→ **Data records**:
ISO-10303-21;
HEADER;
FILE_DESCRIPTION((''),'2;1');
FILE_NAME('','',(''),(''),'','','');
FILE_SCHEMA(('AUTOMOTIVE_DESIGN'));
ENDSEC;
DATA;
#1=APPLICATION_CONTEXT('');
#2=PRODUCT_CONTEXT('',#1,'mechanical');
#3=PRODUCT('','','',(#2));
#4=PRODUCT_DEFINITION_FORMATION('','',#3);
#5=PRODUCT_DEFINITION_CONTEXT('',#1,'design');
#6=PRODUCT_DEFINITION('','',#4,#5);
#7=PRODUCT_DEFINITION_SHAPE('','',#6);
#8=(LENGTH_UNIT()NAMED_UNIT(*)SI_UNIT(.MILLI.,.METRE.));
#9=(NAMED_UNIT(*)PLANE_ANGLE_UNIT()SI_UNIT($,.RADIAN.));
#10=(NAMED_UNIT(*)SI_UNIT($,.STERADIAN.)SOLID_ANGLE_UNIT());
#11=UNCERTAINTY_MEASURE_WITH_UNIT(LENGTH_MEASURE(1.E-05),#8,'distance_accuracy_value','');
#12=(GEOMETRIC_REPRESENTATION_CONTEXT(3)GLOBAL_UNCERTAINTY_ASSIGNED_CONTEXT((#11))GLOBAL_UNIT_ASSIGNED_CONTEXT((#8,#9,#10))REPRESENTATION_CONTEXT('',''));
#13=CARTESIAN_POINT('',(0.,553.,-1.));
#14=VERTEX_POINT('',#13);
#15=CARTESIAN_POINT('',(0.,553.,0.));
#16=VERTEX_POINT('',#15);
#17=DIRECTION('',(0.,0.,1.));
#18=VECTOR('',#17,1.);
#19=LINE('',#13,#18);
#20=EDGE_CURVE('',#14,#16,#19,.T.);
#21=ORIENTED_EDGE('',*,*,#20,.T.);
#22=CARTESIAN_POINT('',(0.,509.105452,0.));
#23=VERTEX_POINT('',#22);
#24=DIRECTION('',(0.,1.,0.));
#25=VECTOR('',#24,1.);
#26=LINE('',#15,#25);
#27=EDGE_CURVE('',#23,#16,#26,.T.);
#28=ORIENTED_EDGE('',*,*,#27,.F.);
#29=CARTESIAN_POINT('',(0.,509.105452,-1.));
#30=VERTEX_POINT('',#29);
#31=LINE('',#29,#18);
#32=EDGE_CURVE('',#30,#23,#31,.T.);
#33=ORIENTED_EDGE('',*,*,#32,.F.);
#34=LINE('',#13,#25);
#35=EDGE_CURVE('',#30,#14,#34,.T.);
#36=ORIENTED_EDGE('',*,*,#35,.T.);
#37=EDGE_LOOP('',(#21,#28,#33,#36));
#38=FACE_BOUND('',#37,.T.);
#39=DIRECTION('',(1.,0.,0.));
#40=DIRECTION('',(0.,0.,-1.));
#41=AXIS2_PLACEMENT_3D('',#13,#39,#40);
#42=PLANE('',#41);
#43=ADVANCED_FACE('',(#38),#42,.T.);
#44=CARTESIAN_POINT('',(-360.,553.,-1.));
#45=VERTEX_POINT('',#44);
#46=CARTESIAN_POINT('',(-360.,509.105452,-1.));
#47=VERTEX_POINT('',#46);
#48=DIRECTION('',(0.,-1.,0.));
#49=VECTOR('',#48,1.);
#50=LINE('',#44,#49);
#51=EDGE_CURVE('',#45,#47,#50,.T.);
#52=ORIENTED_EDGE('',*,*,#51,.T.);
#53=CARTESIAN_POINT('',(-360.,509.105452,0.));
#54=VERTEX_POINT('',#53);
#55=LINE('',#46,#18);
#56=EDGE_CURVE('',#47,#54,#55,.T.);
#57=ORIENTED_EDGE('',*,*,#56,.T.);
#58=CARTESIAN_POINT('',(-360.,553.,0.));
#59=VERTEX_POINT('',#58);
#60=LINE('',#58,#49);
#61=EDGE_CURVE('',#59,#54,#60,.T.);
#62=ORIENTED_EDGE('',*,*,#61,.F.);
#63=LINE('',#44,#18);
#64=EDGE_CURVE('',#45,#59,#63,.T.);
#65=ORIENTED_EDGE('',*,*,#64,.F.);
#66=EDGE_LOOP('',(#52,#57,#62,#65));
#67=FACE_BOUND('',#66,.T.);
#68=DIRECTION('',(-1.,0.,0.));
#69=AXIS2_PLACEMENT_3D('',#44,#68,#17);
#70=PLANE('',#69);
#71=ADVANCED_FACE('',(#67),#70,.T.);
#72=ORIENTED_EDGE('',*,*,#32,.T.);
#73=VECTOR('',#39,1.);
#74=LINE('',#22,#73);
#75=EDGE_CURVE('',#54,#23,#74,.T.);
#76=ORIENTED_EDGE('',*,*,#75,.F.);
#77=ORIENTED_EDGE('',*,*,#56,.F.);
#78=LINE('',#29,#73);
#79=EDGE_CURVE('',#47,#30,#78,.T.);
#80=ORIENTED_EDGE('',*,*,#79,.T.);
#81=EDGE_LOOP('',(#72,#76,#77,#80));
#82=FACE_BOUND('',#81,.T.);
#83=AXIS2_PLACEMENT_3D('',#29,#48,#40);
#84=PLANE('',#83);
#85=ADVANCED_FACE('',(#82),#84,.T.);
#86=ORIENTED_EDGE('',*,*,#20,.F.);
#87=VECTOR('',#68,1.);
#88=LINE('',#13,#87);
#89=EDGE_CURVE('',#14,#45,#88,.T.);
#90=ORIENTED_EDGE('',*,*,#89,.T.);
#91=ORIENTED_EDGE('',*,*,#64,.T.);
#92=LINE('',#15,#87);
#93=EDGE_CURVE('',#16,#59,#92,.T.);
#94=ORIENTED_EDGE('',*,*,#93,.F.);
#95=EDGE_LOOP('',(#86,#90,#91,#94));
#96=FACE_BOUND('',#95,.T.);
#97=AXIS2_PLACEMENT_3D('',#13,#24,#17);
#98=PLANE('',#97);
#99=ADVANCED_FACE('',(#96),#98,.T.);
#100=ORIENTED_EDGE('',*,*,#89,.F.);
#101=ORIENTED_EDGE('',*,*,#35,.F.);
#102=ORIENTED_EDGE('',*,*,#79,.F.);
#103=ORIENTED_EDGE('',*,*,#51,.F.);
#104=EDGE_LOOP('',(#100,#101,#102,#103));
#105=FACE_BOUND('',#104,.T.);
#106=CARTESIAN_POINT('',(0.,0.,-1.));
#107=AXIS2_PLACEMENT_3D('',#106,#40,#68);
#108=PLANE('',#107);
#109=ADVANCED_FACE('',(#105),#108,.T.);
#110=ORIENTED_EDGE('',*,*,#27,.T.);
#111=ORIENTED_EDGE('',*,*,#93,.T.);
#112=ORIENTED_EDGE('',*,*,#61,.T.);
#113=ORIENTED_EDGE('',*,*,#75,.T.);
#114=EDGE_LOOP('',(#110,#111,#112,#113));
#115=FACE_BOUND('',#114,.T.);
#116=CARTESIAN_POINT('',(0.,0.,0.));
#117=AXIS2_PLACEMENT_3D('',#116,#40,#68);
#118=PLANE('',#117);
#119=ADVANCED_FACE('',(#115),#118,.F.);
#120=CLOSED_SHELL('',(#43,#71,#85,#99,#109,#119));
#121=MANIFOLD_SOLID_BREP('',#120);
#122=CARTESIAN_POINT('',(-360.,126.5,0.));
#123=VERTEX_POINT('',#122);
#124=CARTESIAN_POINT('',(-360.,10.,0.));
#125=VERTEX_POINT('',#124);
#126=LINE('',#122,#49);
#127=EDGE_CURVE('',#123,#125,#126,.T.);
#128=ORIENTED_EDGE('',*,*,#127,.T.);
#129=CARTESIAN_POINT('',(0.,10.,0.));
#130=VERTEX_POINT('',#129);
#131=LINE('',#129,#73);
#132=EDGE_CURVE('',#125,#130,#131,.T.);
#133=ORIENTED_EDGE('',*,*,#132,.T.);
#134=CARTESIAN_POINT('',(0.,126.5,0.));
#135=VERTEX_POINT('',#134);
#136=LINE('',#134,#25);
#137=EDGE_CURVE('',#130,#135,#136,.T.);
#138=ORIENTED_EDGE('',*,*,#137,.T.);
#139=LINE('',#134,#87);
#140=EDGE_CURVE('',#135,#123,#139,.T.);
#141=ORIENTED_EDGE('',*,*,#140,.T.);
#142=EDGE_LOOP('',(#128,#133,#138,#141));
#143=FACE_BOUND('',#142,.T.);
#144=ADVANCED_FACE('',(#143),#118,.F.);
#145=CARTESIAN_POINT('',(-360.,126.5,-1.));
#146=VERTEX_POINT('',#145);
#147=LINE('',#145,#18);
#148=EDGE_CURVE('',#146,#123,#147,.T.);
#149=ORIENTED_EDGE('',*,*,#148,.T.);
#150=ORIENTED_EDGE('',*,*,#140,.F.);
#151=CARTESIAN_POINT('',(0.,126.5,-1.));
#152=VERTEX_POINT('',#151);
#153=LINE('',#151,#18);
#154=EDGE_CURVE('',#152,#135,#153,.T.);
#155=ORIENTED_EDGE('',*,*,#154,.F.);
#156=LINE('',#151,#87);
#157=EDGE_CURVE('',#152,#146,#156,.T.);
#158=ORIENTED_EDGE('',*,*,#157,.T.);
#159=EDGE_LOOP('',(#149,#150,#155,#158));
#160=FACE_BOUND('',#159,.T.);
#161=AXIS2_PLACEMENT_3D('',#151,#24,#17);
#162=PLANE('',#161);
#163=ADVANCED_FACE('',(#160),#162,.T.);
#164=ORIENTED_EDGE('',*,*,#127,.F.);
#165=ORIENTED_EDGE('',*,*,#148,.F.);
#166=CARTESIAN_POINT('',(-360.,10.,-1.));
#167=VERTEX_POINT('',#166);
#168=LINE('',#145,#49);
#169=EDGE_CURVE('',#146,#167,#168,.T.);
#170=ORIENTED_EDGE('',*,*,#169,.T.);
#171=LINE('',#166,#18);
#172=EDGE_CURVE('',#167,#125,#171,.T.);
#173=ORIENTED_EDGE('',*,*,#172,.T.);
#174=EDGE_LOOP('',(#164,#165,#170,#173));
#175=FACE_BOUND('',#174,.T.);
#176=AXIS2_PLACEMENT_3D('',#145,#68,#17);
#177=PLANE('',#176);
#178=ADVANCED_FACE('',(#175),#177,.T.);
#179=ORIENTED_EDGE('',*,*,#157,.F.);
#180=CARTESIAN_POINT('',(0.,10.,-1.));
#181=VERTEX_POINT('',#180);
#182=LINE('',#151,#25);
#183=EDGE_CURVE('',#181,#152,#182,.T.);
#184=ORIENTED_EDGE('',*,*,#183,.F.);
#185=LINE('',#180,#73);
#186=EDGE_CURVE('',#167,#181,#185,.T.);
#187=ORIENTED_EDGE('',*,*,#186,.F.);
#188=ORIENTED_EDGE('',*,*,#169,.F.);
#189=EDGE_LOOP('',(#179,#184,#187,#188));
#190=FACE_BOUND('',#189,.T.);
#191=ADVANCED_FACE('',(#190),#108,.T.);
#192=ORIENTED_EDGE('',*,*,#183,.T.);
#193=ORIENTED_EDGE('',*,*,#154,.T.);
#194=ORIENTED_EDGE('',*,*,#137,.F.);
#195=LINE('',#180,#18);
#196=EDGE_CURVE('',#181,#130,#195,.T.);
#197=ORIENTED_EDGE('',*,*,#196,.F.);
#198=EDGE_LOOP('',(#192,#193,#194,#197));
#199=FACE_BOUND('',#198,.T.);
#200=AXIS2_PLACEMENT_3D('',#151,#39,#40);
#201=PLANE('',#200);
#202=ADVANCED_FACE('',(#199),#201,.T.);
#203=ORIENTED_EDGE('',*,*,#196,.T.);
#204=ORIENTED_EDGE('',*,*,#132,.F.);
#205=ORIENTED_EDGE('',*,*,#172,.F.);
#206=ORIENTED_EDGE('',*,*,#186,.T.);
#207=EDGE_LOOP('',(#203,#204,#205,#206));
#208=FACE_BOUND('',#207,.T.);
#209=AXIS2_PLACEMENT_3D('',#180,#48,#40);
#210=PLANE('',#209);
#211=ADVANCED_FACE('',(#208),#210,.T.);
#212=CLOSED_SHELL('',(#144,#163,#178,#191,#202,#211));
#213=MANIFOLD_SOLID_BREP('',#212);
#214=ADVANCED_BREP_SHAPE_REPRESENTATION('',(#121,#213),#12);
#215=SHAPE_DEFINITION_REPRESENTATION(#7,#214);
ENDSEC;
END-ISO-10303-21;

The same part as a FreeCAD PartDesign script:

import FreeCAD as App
import Part
import Sketcher
from FreeCAD import Vector


def add_polygon(sketch, points):
    """Adds a closed chain of lines whose ends are joined by coincident constraints."""
    first, n = sketch.GeometryCount, len(points)
    for a, b in zip(points, points[1:] + points[:1]):
        sketch.addGeometry(Part.LineSegment(App.Vector(*a, 0), App.Vector(*b, 0)), False)
    for i in range(n):
        sketch.addConstraint(Sketcher.Constraint("Coincident", first + i, 2, first + (i + 1) % n, 1))

doc = App.newDocument("Part")
body = doc.addObject("PartDesign::Body", "Body")

sketch1 = body.newObject("Sketcher::SketchObject", "Sketch")
sketch1.AttachmentSupport = (doc.getObject("XY_Plane"), [""])
sketch1.MapMode = "FlatFace"
add_polygon(sketch1, [(-360, 127), (-360, 10), (0, 10), (0, 127)])
sketch1.addConstraint(Sketcher.Constraint("Vertical", 0))
sketch1.addConstraint(Sketcher.Constraint("Horizontal", 1))
sketch1.addConstraint(Sketcher.Constraint("Vertical", 2))
sketch1.addConstraint(Sketcher.Constraint("Horizontal", 3))
sketch1.addConstraint(Sketcher.Constraint("PointOnObject", 1, 2, -2))
sketch1.addConstraint(Sketcher.Constraint("DistanceX", 1, 1, 1, 2, 360.0))
sketch1.addConstraint(Sketcher.Constraint("DistanceY", 0, 2, 0, 1, 116.5))
sketch1.addConstraint(Sketcher.Constraint("DistanceY", -1, 1, 0, 2, 10.0))
pad1 = body.newObject("PartDesign::Pad", "Pad")
pad1.Profile = sketch1
pad1.Length = 1
pad1.Reversed = True
body2 = doc.addObject("PartDesign::Body", "Body001")

sketch2 = body2.newObject("Sketcher::SketchObject", "Sketch001")
sketch2.AttachmentSupport = (doc.getObject("XY_Plane001"), [""])
sketch2.MapMode = "FlatFace"
add_polygon(sketch2, [(-360, 553), (-360, 509), (0, 509), (0, 553)])
sketch2.addConstraint(Sketcher.Constraint("Vertical", 0))
sketch2.addConstraint(Sketcher.Constraint("Horizontal", 1))
sketch2.addConstraint(Sketcher.Constraint("Vertical", 2))
sketch2.addConstraint(Sketcher.Constraint("Horizontal", 3))
sketch2.addConstraint(Sketcher.Constraint("PointOnObject", 1, 2, -2))
sketch2.addConstraint(Sketcher.Constraint("DistanceX", 1, 1, 1, 2, 360.0))
sketch2.addConstraint(Sketcher.Constraint("DistanceY", -1, 1, 2, 2, 553.0))
sketch2.addConstraint(Sketcher.Constraint("DistanceY", 0, 2, 0, 1, 43.894548))
pad2 = body2.newObject("PartDesign::Pad", "Pad001")
pad2.Profile = sketch2
pad2.Length = 1
pad2.Reversed = True

doc.recompute()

→ **Assignment**:
Copy back the listing above exactly, but only from the line with "#80=ORIENTED_EDGE('',*,*,#79,.T.);" through the line with "#91=ORIENTED_EDGE('',*,*,#64,.T.);", both ends included.

→ **Solution for this task**:
#80=ORIENTED_EDGE('',*,*,#79,.T.);
#81=EDGE_LOOP('',(#72,#76,#77,#80));
#82=FACE_BOUND('',#81,.T.);
#83=AXIS2_PLACEMENT_3D('',#29,#48,#40);
#84=PLANE('',#83);
#85=ADVANCED_FACE('',(#82),#84,.T.);
#86=ORIENTED_EDGE('',*,*,#20,.F.);
#87=VECTOR('',#68,1.);
#88=LINE('',#13,#87);
#89=EDGE_CURVE('',#14,#45,#88,.T.);
#90=ORIENTED_EDGE('',*,*,#89,.T.);
#91=ORIENTED_EDGE('',*,*,#64,.T.);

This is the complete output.